■ DIRECTIONS: Repeat precisely the span of lines below that opens with the line containing "v17 (-20.31506,-25,34.457196)" and closes with the line containing "v24 (-60,25,10)", both included.

■ RECORDS SUPPLIED:
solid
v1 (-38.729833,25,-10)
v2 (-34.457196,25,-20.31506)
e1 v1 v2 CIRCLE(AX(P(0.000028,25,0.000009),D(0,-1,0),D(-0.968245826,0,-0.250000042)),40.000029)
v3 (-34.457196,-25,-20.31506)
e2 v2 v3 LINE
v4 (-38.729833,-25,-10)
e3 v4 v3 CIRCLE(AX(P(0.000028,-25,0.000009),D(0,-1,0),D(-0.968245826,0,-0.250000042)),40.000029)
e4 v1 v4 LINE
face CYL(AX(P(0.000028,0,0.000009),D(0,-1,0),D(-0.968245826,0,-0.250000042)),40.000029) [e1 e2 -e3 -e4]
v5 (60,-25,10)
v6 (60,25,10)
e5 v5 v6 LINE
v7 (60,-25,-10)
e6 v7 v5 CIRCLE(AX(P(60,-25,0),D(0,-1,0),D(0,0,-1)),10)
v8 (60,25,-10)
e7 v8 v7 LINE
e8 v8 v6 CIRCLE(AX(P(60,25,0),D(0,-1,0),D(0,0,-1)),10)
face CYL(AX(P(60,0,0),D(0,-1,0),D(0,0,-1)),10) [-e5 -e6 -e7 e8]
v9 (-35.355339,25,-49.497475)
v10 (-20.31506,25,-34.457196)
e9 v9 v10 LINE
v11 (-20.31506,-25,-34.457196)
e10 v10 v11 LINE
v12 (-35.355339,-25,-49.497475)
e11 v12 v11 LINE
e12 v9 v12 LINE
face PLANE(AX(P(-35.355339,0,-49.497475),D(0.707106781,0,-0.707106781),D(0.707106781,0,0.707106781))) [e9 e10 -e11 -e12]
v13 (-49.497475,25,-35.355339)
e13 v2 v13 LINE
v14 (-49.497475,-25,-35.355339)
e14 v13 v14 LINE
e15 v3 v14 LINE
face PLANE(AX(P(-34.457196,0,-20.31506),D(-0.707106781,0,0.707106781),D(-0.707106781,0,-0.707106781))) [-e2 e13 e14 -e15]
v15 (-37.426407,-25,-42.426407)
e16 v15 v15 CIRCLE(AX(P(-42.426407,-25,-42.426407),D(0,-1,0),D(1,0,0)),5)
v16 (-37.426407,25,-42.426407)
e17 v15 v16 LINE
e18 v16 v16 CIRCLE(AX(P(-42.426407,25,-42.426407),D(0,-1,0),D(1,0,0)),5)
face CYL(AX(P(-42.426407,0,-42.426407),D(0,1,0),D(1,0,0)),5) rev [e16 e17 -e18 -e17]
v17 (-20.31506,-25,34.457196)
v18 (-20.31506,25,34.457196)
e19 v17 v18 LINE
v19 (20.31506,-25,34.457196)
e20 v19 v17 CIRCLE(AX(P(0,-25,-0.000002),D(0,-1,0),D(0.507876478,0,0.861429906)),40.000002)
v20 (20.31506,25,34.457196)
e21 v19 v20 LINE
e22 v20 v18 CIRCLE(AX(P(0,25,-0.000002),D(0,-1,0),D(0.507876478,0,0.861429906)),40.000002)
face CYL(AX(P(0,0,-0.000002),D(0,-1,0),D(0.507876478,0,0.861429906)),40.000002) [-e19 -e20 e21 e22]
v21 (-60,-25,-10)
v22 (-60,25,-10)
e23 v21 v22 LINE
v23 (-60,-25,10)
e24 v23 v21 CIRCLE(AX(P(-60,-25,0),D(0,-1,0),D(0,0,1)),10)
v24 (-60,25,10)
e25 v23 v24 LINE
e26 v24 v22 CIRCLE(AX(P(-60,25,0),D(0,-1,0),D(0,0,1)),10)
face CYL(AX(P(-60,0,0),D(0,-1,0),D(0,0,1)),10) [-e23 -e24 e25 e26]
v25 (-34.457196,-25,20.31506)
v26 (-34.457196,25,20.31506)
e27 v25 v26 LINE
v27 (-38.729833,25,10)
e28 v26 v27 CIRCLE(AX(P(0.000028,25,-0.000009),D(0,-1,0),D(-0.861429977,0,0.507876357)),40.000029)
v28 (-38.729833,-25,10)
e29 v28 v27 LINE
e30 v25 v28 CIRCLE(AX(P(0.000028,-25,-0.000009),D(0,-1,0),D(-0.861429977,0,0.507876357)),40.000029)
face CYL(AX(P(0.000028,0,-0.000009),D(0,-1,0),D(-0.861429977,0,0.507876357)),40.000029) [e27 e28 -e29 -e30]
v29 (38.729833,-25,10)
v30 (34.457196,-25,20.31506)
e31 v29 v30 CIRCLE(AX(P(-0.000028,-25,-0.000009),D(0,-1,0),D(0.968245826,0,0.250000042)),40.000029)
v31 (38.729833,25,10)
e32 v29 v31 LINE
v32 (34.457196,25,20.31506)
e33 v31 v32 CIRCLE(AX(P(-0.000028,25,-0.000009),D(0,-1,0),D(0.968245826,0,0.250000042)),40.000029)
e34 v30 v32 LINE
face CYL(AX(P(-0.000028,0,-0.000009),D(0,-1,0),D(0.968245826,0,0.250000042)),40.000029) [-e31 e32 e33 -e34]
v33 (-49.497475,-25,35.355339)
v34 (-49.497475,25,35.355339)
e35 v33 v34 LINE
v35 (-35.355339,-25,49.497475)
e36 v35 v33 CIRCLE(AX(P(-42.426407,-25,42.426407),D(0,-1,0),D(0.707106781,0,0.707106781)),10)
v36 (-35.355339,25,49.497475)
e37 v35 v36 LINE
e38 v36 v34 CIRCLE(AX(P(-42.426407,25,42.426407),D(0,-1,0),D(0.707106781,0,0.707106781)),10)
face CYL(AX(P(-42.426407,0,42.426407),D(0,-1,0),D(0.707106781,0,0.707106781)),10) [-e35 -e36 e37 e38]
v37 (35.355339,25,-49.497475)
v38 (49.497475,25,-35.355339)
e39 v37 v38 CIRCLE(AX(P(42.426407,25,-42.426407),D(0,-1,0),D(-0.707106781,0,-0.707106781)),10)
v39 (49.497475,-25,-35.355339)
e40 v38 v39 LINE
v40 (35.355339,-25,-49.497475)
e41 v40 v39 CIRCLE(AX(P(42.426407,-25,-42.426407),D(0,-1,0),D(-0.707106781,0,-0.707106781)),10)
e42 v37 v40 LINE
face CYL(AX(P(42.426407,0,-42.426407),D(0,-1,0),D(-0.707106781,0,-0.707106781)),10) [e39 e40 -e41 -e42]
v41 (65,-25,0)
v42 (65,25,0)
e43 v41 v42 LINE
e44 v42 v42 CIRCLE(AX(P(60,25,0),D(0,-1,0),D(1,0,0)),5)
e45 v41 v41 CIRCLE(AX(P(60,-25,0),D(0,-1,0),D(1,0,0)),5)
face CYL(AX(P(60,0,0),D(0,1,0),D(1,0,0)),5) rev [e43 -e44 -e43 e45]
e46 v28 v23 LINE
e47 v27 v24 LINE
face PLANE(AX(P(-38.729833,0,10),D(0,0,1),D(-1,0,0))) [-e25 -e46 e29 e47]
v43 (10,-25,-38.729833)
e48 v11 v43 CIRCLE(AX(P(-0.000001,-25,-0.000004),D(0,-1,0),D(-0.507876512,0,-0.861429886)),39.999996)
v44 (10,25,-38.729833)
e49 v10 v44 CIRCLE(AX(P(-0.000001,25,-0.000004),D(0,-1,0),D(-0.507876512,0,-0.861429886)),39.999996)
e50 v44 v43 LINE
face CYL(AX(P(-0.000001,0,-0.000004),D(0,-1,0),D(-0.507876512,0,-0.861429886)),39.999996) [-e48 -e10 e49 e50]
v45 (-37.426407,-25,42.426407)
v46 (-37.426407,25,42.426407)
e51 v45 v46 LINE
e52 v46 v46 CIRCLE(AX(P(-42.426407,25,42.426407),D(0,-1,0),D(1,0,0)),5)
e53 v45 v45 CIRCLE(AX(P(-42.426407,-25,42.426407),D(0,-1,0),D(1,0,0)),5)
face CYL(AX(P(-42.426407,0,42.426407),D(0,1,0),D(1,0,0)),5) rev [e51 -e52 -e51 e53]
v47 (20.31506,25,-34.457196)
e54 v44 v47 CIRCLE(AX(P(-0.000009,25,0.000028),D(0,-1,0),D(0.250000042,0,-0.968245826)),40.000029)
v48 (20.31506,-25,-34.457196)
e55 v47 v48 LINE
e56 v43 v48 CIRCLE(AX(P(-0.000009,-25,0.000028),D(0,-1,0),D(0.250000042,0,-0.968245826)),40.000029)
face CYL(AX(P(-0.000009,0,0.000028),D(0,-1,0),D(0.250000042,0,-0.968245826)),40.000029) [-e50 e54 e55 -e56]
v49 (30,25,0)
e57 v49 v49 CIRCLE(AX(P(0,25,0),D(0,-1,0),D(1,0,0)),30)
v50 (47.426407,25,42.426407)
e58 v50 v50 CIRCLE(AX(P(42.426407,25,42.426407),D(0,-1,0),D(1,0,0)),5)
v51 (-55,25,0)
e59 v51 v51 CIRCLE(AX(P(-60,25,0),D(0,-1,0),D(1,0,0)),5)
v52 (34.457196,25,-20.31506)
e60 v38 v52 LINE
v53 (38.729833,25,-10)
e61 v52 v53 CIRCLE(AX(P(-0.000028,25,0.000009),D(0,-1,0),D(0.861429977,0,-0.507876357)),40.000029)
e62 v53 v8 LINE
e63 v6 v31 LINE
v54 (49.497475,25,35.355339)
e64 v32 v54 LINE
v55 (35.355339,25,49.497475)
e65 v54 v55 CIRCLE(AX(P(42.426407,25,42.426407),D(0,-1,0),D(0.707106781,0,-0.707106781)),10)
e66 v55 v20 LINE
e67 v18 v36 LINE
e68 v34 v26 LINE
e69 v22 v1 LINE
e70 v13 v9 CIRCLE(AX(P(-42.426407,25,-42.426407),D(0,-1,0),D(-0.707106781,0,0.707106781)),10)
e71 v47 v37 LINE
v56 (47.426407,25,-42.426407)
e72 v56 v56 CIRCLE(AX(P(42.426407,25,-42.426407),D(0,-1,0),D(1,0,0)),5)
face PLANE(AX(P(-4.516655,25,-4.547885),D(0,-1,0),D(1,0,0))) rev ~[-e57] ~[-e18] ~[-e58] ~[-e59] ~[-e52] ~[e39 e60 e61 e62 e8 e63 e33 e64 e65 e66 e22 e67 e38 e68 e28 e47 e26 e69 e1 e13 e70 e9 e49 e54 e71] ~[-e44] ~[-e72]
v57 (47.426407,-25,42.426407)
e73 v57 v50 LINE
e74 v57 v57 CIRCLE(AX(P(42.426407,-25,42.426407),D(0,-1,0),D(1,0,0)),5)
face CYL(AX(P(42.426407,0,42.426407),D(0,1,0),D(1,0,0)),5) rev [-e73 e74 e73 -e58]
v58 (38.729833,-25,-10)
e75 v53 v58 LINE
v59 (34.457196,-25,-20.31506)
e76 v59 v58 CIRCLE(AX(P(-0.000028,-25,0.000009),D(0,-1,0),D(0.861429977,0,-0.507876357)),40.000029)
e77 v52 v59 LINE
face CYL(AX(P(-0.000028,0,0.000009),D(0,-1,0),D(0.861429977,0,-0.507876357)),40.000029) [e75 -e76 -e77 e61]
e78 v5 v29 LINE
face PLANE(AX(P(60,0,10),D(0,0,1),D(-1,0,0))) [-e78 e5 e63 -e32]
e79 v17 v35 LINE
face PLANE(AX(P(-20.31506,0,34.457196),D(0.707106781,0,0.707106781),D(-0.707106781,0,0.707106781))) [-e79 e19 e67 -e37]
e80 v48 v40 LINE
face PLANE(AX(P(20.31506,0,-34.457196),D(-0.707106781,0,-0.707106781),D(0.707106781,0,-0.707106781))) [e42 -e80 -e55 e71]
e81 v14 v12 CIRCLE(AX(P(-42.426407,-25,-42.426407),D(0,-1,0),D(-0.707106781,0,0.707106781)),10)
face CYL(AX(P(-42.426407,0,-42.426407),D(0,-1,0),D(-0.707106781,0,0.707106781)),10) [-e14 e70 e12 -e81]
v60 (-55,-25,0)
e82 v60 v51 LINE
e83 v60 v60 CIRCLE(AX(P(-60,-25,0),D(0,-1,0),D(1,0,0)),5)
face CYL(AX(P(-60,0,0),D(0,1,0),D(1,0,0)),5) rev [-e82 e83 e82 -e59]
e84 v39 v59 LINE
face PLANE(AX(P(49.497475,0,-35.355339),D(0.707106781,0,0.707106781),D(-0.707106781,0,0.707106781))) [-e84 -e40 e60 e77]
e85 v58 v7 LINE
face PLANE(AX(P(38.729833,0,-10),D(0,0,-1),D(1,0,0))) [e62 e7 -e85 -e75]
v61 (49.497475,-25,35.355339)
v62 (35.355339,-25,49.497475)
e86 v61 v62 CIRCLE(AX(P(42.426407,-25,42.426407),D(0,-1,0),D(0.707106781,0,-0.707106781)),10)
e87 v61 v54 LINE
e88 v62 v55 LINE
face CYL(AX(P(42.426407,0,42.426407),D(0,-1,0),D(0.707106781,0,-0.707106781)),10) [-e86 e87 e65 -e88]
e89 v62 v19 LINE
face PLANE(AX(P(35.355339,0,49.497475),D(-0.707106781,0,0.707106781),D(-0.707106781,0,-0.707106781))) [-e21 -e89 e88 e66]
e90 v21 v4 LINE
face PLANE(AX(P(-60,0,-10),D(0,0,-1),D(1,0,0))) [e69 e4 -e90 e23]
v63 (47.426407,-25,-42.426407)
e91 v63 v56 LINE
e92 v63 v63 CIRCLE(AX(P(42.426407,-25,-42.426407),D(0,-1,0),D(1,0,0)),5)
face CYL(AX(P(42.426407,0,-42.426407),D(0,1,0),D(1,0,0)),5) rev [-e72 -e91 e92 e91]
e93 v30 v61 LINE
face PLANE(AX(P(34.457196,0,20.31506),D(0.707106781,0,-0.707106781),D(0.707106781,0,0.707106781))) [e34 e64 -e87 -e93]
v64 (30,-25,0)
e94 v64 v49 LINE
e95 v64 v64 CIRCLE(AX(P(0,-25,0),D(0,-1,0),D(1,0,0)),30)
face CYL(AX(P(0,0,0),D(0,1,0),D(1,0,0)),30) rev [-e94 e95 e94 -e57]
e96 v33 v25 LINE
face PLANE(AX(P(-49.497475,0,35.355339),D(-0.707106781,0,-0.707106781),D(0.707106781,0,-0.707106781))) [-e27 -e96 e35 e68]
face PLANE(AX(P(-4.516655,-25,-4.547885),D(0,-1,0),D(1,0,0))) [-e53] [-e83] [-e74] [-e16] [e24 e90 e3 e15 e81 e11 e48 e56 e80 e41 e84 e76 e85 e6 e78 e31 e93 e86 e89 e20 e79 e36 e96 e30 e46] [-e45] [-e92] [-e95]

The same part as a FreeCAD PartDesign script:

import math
import FreeCAD as App
import Part
import Sketcher

doc = App.newDocument("Part")
params = doc.addObject("Spreadsheet::Sheet", "Params")
for row, (alias, value) in enumerate([
    ("sketch1_diameter", "10 mm"),
    ("sketch1_diameter2", "10 mm"),
    ("sketch1_diameter3", "10 mm"),
    ("sketch1_diameter4", "10 mm"),
    ("sketch1_diameter5", "60 mm"),
    ("pad1_length", "50 mm"),
], start=1):
    params.set(f"A{row}", alias)
    params.set(f"B{row}", "=" + value)
    params.setAlias(f"B{row}", alias)

body = doc.addObject("PartDesign::Body", "Body")

# Sketch on XZ plane
sketch1 = body.newObject("Sketcher::SketchObject", "Sketch")
sketch1.AttachmentSupport = (doc.getObject("XZ_Plane"), [""])
sketch1.MapMode = "FlatFace"
sketch1.addGeometry([
    Part.LineSegment(App.Vector(-60, -10, 0), App.Vector(-38.729833, -10, 0)),  # 0
    Part.ArcOfCircle(Part.Circle(App.Vector(0.000028, 0.000009, 0), App.Vector(0, 0, 1), 40.000029), math.radians(-165.522485), math.radians(-149.477522)),  # 1
    Part.LineSegment(App.Vector(-34.457196, -20.31506, 0), App.Vector(-49.497475, -35.355339, 0)),  # 2
    Part.ArcOfCircle(Part.Circle(App.Vector(-42.426407, -42.426407, 0), App.Vector(0, 0, 1), 10), math.radians(135), math.radians(315)),  # 3
    Part.LineSegment(App.Vector(-35.355339, -49.497475, 0), App.Vector(-20.31506, -34.457196, 0)),  # 4
    Part.ArcOfCircle(Part.Circle(App.Vector(-0.000001, -0.000004, 0), App.Vector(0, 0, 1), 39.999996), math.radians(-120.522489), math.radians(-75.522484)),  # 5
    Part.ArcOfCircle(Part.Circle(App.Vector(-0.000009, 0.000028, 0), App.Vector(0, 0, 1), 40.000029), math.radians(-75.522485), math.radians(-59.477522)),  # 6
    Part.LineSegment(App.Vector(20.31506, -34.457196, 0), App.Vector(35.355339, -49.497475, 0)),  # 7
    Part.ArcOfCircle(Part.Circle(App.Vector(42.426407, -42.426407, 0), App.Vector(0, 0, 1), 10), math.radians(-135), math.radians(45)),  # 8
    Part.LineSegment(App.Vector(49.497475, -35.355339, 0), App.Vector(34.457196, -20.31506, 0)),  # 9
    Part.ArcOfCircle(Part.Circle(App.Vector(-0.000028, 0.000009, 0), App.Vector(0, 0, 1), 40.000029), math.radians(-30.522478), math.radians(-14.477515)),  # 10
    Part.LineSegment(App.Vector(38.729833, -10, 0), App.Vector(60, -10, 0)),  # 11
    Part.ArcOfCircle(Part.Circle(App.Vector(60, 0, 0), App.Vector(0, 0, 1), 10), math.radians(-90), math.radians(90)),  # 12
    Part.LineSegment(App.Vector(60, 10, 0), App.Vector(38.729833, 10, 0)),  # 13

■ EXERCISE RESULT:
v17 (-20.31506,-25,34.457196)
v18 (-20.31506,25,34.457196)
e19 v17 v18 LINE
v19 (20.31506,-25,34.457196)
e20 v19 v17 CIRCLE(AX(P(0,-25,-0.000002),D(0,-1,0),D(0.507876478,0,0.861429906)),40.000002)
v20 (20.31506,25,34.457196)
e21 v19 v20 LINE
e22 v20 v18 CIRCLE(AX(P(0,25,-0.000002),D(0,-1,0),D(0.507876478,0,0.861429906)),40.000002)
face CYL(AX(P(0,0,-0.000002),D(0,-1,0),D(0.507876478,0,0.861429906)),40.000002) [-e19 -e20 e21 e22]
v21 (-60,-25,-10)
v22 (-60,25,-10)
e23 v21 v22 LINE
v23 (-60,-25,10)
e24 v23 v21 CIRCLE(AX(P(-60,-25,0),D(0,-1,0),D(0,0,1)),10)
v24 (-60,25,10)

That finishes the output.